Iranian Foreign Minister Mohammad Javad Zarif says his top priority is to ensure that a 2015 nuclear deal between Iran and six other countries will stand.
Speaking in a televised interview on Sunday night, Foreign Minister Zarif said the ministry under his watch would work first and foremost to keep the Joint Comprehensive Plan of Action (JCPOA) in place.
“Priority number one of the diplomatic apparatus will be to sustain the JCPOA and to prevent America’s deal-breaching,” he said. “We must not allow America to execute or violate the deal at Iran’s cost.”
He said the JCPOA had been built on distrust and envisaged the necessary rules to deal with non-performance by parties.
Earlier in the day, Zarif had received a favorable vote of confidence at the Iranian Parliament (Majlis) to work as foreign minister in President Hassan Rouhani’s second cabinet. During a final debate at the Parliament, President Rouhani, who was in attendance to defend his cabinet picks, stressed the preservation of the JCPOA.
The JCPOA, a major foreign policy achievement of President Rouhani’s first term, was finalized between the Islamic Republic on the one side and the United States, the UK, France, Russia, China, and Germany on the other in July 2015.
Zarif was Iran’s chief negotiator in the multilateral talks that culminated in the deal.
When it started being implemented some six months after conclusion, the deal terminated all nuclear-related sanctions against Iran in return for certain measures by the Islamic Republic to limit its nuclear program.

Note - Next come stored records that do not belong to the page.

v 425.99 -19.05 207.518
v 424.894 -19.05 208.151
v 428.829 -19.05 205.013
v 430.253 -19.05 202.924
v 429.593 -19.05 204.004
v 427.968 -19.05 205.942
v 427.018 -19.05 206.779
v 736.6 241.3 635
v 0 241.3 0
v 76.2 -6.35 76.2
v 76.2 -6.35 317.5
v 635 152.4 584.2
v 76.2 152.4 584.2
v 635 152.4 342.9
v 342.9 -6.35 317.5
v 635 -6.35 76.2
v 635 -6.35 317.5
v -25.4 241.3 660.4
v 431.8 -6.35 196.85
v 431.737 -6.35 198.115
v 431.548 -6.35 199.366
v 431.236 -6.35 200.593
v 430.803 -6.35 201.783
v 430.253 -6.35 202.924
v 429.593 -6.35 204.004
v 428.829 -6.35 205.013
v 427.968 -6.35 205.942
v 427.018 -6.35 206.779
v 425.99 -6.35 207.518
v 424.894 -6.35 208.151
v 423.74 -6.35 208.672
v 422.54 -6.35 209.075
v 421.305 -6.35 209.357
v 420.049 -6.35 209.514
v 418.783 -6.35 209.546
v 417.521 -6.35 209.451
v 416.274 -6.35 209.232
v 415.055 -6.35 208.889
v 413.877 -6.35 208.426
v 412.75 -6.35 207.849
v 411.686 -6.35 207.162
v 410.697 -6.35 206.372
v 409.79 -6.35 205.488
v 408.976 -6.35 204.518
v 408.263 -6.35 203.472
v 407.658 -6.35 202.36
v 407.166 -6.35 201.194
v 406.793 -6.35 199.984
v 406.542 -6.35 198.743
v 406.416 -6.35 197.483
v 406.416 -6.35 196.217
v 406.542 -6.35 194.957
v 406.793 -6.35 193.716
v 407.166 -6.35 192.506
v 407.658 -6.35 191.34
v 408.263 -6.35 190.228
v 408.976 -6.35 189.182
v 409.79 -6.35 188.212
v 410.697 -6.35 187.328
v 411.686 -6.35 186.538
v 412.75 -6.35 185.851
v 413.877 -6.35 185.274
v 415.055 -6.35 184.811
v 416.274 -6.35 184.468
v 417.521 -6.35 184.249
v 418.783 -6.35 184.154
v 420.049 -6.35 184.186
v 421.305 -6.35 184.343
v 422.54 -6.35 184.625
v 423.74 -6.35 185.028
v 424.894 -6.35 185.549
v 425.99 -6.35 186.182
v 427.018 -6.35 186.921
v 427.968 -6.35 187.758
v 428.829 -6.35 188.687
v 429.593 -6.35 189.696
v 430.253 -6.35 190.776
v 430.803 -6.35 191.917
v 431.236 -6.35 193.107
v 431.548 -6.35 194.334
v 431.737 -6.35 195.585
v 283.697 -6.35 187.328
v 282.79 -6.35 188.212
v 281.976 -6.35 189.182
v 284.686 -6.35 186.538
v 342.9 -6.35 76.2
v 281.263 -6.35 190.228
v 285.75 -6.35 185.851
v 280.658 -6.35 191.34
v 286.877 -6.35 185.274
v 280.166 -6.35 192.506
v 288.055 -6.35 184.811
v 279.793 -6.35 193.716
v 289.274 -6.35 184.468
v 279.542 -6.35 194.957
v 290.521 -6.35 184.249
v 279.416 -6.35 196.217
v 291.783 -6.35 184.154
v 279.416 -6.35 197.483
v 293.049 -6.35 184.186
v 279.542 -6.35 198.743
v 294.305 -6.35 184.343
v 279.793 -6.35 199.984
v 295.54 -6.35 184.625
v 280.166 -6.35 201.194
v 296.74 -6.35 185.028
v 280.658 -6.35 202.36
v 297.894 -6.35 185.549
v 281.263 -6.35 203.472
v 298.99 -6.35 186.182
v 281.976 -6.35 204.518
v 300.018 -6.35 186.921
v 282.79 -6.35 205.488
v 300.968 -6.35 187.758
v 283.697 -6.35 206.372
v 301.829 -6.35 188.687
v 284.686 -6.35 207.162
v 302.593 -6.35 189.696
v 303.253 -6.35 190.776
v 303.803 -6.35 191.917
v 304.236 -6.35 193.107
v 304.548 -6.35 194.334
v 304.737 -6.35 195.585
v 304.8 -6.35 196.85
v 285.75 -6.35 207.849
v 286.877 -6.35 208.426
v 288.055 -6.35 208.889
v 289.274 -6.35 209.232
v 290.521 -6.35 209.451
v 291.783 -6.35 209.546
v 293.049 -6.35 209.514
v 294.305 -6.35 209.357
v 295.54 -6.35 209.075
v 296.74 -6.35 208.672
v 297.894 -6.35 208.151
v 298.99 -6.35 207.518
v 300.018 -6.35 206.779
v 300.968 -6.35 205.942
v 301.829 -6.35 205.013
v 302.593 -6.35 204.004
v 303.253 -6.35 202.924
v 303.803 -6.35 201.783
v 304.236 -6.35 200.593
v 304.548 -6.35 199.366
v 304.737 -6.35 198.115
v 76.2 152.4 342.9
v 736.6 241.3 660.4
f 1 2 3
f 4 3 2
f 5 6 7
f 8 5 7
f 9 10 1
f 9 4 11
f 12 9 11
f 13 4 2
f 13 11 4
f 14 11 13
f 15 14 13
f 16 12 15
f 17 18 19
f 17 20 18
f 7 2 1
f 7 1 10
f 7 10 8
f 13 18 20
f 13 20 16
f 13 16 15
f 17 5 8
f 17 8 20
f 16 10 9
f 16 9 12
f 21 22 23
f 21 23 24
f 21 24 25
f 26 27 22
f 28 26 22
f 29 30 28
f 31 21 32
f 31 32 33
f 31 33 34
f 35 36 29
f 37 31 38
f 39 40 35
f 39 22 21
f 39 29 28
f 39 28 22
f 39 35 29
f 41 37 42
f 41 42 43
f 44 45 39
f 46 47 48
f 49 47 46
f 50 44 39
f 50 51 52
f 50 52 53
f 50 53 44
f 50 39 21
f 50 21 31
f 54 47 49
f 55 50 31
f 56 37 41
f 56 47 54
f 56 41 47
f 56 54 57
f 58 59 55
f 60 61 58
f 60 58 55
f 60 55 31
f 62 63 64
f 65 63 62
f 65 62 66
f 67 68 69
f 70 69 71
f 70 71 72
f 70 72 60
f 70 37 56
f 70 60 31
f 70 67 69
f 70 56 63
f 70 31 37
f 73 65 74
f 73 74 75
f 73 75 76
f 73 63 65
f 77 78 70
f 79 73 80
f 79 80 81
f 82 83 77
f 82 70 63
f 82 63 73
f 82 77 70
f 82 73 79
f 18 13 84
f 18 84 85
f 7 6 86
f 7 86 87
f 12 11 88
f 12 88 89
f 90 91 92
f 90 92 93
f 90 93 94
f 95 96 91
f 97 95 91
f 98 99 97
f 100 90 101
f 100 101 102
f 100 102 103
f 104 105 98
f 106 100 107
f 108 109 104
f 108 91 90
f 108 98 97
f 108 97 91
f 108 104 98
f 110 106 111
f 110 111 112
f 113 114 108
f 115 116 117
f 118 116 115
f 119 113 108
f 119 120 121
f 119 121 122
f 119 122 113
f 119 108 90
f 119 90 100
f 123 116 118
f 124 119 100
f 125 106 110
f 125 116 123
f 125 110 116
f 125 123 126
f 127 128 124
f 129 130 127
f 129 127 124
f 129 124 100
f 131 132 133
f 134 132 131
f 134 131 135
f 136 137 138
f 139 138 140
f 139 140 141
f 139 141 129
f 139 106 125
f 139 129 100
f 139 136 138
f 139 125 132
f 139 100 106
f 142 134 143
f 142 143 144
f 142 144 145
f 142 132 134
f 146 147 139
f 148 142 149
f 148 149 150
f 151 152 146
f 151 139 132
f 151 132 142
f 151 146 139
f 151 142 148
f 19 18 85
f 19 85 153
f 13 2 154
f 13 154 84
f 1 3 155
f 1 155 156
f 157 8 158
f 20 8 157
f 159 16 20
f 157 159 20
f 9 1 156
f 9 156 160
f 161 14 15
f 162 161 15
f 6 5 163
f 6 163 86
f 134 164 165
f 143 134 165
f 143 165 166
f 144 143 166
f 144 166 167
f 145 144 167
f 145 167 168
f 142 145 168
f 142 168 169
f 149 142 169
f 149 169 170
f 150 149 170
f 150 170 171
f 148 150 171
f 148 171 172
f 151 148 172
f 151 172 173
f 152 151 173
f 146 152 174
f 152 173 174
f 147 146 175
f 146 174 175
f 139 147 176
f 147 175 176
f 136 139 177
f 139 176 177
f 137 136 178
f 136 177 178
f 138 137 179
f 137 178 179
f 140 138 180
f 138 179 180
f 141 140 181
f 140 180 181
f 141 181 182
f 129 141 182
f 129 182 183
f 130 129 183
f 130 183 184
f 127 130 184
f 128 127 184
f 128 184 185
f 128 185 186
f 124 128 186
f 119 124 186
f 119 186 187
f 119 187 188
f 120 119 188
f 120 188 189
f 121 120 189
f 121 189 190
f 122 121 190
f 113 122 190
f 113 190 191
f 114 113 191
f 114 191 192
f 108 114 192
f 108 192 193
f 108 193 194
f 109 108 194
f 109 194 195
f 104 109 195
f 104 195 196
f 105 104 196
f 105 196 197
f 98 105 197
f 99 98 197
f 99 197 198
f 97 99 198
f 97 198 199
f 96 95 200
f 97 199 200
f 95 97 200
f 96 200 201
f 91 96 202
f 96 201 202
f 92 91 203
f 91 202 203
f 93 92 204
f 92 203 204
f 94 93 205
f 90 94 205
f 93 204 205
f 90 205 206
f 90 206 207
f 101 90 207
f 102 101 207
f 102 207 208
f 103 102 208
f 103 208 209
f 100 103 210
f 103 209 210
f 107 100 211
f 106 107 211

But the new US administration has been unhappy with the deal, which was negotiated under the administration of former president Barack Obama. The new White House occupant has attempted to undo every one of Obama’s major policy achievements.
And that includes the Iran deal.
Trump has adopted a hostile posture toward the JCPOA even as his administration has certified Iranian compliance twice so far, allowing for the continued waiving of certain sanctions against Iran. After the second certification, Trump assigned a team of his White House confidantes to search for and offer to him “options” to potentially decertify Iranian compliance. He had wanted the State Department to search for such options previously, but the department had come up empty-handed.
Also during a recent summit of the G20 in Germany, Trump attempted to urge European countries not to do business with Iran. That activity by the US president constituted a violation of the text of the JCPOA, according to Iran.
All of that Trump administration rhetoric and action has strengthened speculation and concern that the US may want to unilaterally pull out of the deal. Iran has been in contact with its European partners to urge against American non-performance but has said it is prepared for any scenario.
Relations with neighbors & economic diplomacy
Elsewhere in his Sunday interview, Zarif said the enhancement of relations with Iran’s neighbors and activating economic diplomacy were two other major priorities.
“We are in a region, where, unfortunately, there are upheavals and turbulence stemming from the wrong policies of [certain] regional countries, dangerous foreign interventions, and a surge in extremism,” he said. “Our region needs calm.”
He also said Iranian diplomacy had to facilitate the country’s development.
“In the past,” he said, “foreign policy was not only incapable of helping our development but also incurred costs, because of pressure by foreign powers.”
Things had changed under President Rouhani, he said.
The Iranian foreign minister suggested that the JPCOA had removed barriers in the way of trade with Iran by removing United Nations Security Council resolutions that had been imposed under Chapter VII of the UN Charter.
Zarif said that would also help a revitalized Iranian role in international organizations on the issue of human rights. He said Iran had to play that role more strongly now.